During 2014–2022, the economic effect consistently exerted a positive driving force on the water resource ecological footprint (WEF) in Northeast Sichuan, constituting the dominant growth factor. Its decomposition value increased persistently from 30.1 million ha in 2014 to 274.4 million ha in 2022. Concurrently, the regional gross domestic product (GDP) rose from 453.765 billion yuan to 851.798 billion yuan, reflecting an average annual growth rate of 9.75%. Economic expansion triggered water demand escalation, thereby propelling a sustained increase in WEF and intensifying regional water stress.
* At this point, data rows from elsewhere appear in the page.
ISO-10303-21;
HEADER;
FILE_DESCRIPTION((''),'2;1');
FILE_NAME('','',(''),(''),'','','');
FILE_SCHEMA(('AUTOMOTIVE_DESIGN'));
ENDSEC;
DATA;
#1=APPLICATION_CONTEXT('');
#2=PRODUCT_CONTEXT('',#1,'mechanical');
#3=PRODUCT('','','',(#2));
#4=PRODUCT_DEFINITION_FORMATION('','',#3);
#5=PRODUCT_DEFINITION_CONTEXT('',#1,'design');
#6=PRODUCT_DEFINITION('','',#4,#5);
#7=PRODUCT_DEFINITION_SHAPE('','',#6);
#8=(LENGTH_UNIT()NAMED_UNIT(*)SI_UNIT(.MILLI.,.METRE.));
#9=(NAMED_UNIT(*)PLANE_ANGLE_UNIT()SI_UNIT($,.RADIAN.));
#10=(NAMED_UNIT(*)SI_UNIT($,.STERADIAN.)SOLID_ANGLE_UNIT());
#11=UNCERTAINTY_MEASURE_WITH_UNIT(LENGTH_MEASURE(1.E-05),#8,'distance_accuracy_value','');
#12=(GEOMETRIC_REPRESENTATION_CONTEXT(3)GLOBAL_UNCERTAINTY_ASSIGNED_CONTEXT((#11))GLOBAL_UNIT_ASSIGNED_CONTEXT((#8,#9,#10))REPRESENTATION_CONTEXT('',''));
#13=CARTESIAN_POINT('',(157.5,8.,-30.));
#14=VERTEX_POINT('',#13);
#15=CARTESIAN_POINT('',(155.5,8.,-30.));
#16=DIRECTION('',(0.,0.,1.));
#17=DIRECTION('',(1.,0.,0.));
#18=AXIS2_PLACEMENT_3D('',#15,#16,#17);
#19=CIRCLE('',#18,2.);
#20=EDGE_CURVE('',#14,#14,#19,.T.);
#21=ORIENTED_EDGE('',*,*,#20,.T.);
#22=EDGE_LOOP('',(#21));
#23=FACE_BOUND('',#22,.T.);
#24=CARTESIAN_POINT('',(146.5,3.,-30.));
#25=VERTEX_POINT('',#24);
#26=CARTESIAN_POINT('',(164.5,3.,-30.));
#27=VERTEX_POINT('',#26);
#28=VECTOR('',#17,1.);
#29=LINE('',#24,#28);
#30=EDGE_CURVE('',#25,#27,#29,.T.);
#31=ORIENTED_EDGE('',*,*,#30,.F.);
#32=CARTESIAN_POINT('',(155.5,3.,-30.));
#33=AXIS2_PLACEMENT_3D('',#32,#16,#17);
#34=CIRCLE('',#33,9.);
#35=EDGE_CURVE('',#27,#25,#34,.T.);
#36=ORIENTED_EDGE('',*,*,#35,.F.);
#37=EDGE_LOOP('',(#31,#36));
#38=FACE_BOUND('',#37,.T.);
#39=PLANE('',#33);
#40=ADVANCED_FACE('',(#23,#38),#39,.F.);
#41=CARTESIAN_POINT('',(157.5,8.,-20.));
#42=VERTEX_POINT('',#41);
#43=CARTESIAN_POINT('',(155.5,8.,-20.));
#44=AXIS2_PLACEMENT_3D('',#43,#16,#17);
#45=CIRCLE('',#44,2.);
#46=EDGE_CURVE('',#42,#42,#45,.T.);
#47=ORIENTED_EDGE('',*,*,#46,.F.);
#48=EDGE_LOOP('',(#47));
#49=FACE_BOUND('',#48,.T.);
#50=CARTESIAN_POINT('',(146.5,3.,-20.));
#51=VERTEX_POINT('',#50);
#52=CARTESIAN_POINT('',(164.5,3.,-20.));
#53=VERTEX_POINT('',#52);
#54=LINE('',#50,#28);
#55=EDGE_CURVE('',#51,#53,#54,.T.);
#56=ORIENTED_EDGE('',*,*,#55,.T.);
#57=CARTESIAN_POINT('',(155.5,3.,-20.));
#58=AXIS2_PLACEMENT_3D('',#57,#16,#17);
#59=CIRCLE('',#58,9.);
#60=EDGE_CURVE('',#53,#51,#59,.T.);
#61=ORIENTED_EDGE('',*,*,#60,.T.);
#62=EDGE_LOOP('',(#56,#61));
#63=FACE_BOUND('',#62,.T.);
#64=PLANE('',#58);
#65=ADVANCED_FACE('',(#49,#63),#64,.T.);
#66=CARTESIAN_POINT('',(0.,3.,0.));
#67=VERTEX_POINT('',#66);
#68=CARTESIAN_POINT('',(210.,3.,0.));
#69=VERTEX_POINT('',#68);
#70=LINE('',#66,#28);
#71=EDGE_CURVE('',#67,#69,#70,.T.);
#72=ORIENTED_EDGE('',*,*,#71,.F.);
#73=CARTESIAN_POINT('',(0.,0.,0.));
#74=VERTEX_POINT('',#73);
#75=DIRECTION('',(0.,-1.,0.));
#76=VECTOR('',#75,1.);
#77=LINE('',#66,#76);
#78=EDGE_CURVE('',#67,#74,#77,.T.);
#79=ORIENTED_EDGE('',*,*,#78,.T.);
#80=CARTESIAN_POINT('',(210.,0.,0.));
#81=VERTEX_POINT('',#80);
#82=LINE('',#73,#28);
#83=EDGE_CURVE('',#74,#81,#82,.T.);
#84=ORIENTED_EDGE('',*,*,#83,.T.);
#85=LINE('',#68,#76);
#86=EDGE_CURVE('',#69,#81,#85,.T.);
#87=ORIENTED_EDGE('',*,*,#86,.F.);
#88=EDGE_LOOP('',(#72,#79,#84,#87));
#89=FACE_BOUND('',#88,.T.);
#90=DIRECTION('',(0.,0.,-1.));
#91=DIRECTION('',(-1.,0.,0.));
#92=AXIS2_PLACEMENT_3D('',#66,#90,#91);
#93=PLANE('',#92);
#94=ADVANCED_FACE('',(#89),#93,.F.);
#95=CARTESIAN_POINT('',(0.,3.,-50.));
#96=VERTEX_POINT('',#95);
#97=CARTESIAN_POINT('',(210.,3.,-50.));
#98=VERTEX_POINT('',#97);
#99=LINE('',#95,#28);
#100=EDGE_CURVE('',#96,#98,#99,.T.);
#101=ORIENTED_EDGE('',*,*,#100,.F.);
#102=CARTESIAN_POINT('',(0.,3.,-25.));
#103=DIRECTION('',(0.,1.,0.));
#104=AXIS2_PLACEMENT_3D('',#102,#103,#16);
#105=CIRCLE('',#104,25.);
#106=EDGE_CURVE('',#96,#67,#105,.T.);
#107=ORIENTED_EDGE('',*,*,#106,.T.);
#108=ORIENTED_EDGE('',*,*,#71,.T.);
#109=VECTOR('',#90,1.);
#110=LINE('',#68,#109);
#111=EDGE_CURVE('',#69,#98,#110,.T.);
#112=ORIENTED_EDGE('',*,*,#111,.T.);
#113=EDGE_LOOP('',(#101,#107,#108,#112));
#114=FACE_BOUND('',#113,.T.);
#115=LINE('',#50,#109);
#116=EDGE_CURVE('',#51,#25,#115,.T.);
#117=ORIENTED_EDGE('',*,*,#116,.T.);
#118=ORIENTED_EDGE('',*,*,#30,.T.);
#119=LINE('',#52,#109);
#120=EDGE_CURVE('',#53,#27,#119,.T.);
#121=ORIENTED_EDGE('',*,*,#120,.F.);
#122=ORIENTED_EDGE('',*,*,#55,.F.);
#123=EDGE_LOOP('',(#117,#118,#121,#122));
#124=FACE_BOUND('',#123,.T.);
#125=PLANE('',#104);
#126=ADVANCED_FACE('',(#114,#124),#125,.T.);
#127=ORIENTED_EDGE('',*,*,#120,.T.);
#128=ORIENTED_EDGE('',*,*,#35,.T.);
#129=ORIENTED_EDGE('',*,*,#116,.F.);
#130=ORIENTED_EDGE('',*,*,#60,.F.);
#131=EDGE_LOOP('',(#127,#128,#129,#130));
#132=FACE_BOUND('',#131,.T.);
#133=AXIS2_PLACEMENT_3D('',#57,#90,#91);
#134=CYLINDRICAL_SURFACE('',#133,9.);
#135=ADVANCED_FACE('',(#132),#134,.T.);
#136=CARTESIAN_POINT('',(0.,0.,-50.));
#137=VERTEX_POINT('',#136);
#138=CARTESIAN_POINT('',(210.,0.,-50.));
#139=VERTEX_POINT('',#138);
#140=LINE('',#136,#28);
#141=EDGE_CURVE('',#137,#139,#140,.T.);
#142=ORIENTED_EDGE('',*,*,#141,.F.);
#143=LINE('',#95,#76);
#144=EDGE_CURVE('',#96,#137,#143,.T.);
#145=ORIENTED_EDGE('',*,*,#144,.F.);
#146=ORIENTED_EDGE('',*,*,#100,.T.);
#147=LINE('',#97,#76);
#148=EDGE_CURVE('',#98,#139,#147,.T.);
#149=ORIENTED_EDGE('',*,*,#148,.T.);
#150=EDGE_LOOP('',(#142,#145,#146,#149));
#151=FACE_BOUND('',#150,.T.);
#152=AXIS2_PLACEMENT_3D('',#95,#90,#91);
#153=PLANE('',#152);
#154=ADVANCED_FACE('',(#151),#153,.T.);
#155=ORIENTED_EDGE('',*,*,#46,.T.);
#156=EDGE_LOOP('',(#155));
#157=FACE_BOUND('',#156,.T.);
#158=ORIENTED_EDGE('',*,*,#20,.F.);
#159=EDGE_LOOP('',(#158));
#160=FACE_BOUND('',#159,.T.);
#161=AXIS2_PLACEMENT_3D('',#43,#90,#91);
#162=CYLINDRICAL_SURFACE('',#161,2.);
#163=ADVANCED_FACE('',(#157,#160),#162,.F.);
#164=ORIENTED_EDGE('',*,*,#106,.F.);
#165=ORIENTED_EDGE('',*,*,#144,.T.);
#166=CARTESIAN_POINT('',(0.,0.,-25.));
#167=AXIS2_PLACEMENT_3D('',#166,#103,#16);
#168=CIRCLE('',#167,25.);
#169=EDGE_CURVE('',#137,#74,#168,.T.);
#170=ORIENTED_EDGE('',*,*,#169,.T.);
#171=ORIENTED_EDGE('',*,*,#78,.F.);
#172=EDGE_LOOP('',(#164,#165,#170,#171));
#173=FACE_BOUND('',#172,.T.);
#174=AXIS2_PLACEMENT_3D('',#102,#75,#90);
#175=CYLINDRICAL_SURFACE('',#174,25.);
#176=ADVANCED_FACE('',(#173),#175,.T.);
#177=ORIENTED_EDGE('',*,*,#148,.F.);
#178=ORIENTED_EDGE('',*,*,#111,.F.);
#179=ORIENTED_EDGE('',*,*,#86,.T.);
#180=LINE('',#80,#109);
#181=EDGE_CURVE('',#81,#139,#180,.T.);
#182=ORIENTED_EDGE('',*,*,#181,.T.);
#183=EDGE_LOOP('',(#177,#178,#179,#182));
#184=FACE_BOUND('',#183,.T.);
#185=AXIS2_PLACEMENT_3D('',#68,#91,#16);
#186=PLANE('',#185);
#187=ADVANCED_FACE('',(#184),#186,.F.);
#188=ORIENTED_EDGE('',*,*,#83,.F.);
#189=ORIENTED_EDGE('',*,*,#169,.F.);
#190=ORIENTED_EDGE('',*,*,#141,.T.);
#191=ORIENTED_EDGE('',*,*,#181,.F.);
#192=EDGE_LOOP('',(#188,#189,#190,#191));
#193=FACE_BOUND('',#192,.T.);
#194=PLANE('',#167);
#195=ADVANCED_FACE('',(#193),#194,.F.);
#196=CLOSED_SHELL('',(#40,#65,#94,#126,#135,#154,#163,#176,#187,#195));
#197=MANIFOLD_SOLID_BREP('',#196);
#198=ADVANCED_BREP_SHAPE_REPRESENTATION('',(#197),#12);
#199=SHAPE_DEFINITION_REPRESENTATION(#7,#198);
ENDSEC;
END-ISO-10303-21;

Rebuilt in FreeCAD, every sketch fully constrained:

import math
import FreeCAD as App
import Part
import Sketcher

V = App.Vector

doc = App.newDocument("Part")
params = doc.addObject("Spreadsheet::Sheet", "Params")
for row, (alias, value) in enumerate([
    ("sketch1_radius", "25 mm"),
    ("sketch1_width", "210 mm"),
    ("pad1_length", "3 mm"),
    ("sketch2_diameter", "4 mm"),
    ("sketch2_radius", "9 mm"),
    ("pad2_length", "10 mm"),
], start=1):
    params.set(f"A{row}", alias)
    params.set(f"B{row}", "=" + value)
    params.setAlias(f"B{row}", alias)

body = doc.addObject("PartDesign::Body", "Body")

sketch1 = body.newObject("Sketcher::SketchObject", "Sketch")
sketch1.AttachmentSupport = (doc.getObject("XZ_Plane"), [""])
sketch1.MapMode = "FlatFace"
sketch1.addGeometry(Part.LineSegment(V(0, 0, 0), V(210, 0, 0)), False)
sketch1.addGeometry(Part.LineSegment(V(210, 0, 0), V(210, -50, 0)), False)
sketch1.addGeometry(Part.LineSegment(V(210, -50, 0), V(0, -50, 0)), False)
sketch1.addGeometry(Part.ArcOfCircle(Part.Circle(V(0, -25, 0), V(0, 0, 1), 25), math.radians(90), math.radians(270)), False)
sketch1.addConstraint(Sketcher.Constraint("Coincident", 0, 2, 1, 1))
sketch1.addConstraint(Sketcher.Constraint("Coincident", 1, 2, 2, 1))
sketch1.addConstraint(Sketcher.Constraint("Tangent", 2, 2, 3, 2))
sketch1.addConstraint(Sketcher.Constraint("Tangent", 3, 1, 0, 1))
sketch1.addConstraint(Sketcher.Constraint("Horizontal", 0))
sketch1.addConstraint(Sketcher.Constraint("Vertical", 1))
sketch1.addConstraint(Sketcher.Constraint("Horizontal", 2))
sketch1.addConstraint(Sketcher.Constraint("Coincident", 3, 1, -1, 1))
sketch1.addConstraint(Sketcher.Constraint("Radius", 3, 25.0))
sketch1.addConstraint(Sketcher.Constraint("DistanceX", 0, 1, 0, 2, 210.0))
sketch1.setExpression("Constraints[8]", "Params.sketch1_radius")
sketch1.setExpression("Constraints[9]", "Params.sketch1_width")
pad1 = body.newObject("PartDesign::Pad", "Pad")
pad1.Profile = sketch1
pad1.setExpression("Length", "Params.pad1_length")
pad1.Reversed = True

sketch2 = body.newObject("Sketcher::SketchObject", "Sketch001")
sketch2.AttachmentSupport = (doc.getObject("XY_Plane"), [""])
sketch2.MapMode = "FlatFace"
sketch2.AttachmentOffset = App.Placement(V(0, 0, -25), App.Rotation())
sketch2.addGeometry(Part.LineSegment(V(146.5, 3, 0), V(164.5, 3, 0)), False)
sketch2.addGeometry(Part.ArcOfCircle(Part.Circle(V(155.5, 3, 0), V(0, 0, 1), 9), math.radians(0), math.radians(180)), False)
sketch2.addGeometry(Part.Circle(V(155.5, 8, 0), V(0, 0, 1), 2), False)
sketch2.addConstraint(Sketcher.Constraint("Coincident", 0, 1, 1, 2))
sketch2.addConstraint(Sketcher.Constraint("Coincident", 1, 1, 0, 2))
sketch2.addConstraint(Sketcher.Constraint("Horizontal", 0))
sketch2.addConstraint(Sketcher.Constraint("Horizontal", 1, 3, 0, 1))
sketch2.addConstraint(Sketcher.Constraint("Vertical", 1, 3, 2, 3))
sketch2.addConstraint(Sketcher.Constraint("Diameter", 2, 4.0))
sketch2.addConstraint(Sketcher.Constraint("Radius", 1, 9.0))
sketch2.addConstraint(Sketcher.Constraint("DistanceY", -1, 1, 1, 3, 3.0))
sketch2.addConstraint(Sketcher.Constraint("DistanceY", -1, 1, 2, 3, 8.0))
sketch2.addConstraint(Sketcher.Constraint("DistanceX", -1, 1, 1, 3, 155.5))
sketch2.setExpression("Constraints[5]", "Params.sketch2_diameter")
sketch2.setExpression("Constraints[6]", "Params.sketch2_radius")
pad2 = body.newObject("PartDesign::Pad", "Pad001")
pad2.Profile = sketch2
pad2.setExpression("Length", "Params.pad2_length")
pad2.Midplane = True

doc.recompute()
The structural effect characterizes how industrial composition and water conservation measures influence water use efficiency. During 2014–2022, this effect remained positive but exhibited a low contribution rate with decelerating growth, indicating limited positive driving force on the water resource ecological footprint (WEF) in Northeast Sichuan. This trajectory reflects synergistic effects from regional industrial restructuring—transitioning water-intensive industries to low-water-consumption, high-technology sectors—and widespread adoption of water-saving technologies. By enhancing water use efficiency and curbing excessive resource consumption, these measures effectively alleviated growth pressure on the WEF.

The uncertainty of the LMDI model in this study mainly stems from slight fluctuations in input data (such as total water consumption and GDP), with relatively small errors.

The technological effect exhibited consistently negative values during 2014–2022 (except 2015), indicating a significant inhibitory effect on water resource ecological footprint (WEF) growth. The core mechanism involves reducing water consumption per unit GDP through technological innovation and application, thereby curbing the ecological footprint. With iterative advancements in green technologies, intelligent water management systems, and water conservation techniques, this effect will continue strengthening its constraining influence on the ecological footprint. Such progression fosters synergistic development between economic growth and sustainable water resource utilization.

From the perspective of the population effect, the decomposition value of the population effect has always remained negative during the period of 2014–2022, which effectively inhibits the increase of the ecological footprint of water resources to a certain extent. The phenomenon under scrutiny can be attributed primarily to the stringent enforcement of the national family planning policy, which has been implemented to effectively regulate the population base. Concurrently, the rising expenditure on child education, healthcare, and other forms of support has led to a decline in the region’s birth rate, thereby reducing the natural population growth rate. Consequently, the population effect has hindered the expansion of the ecological footprint of water resources.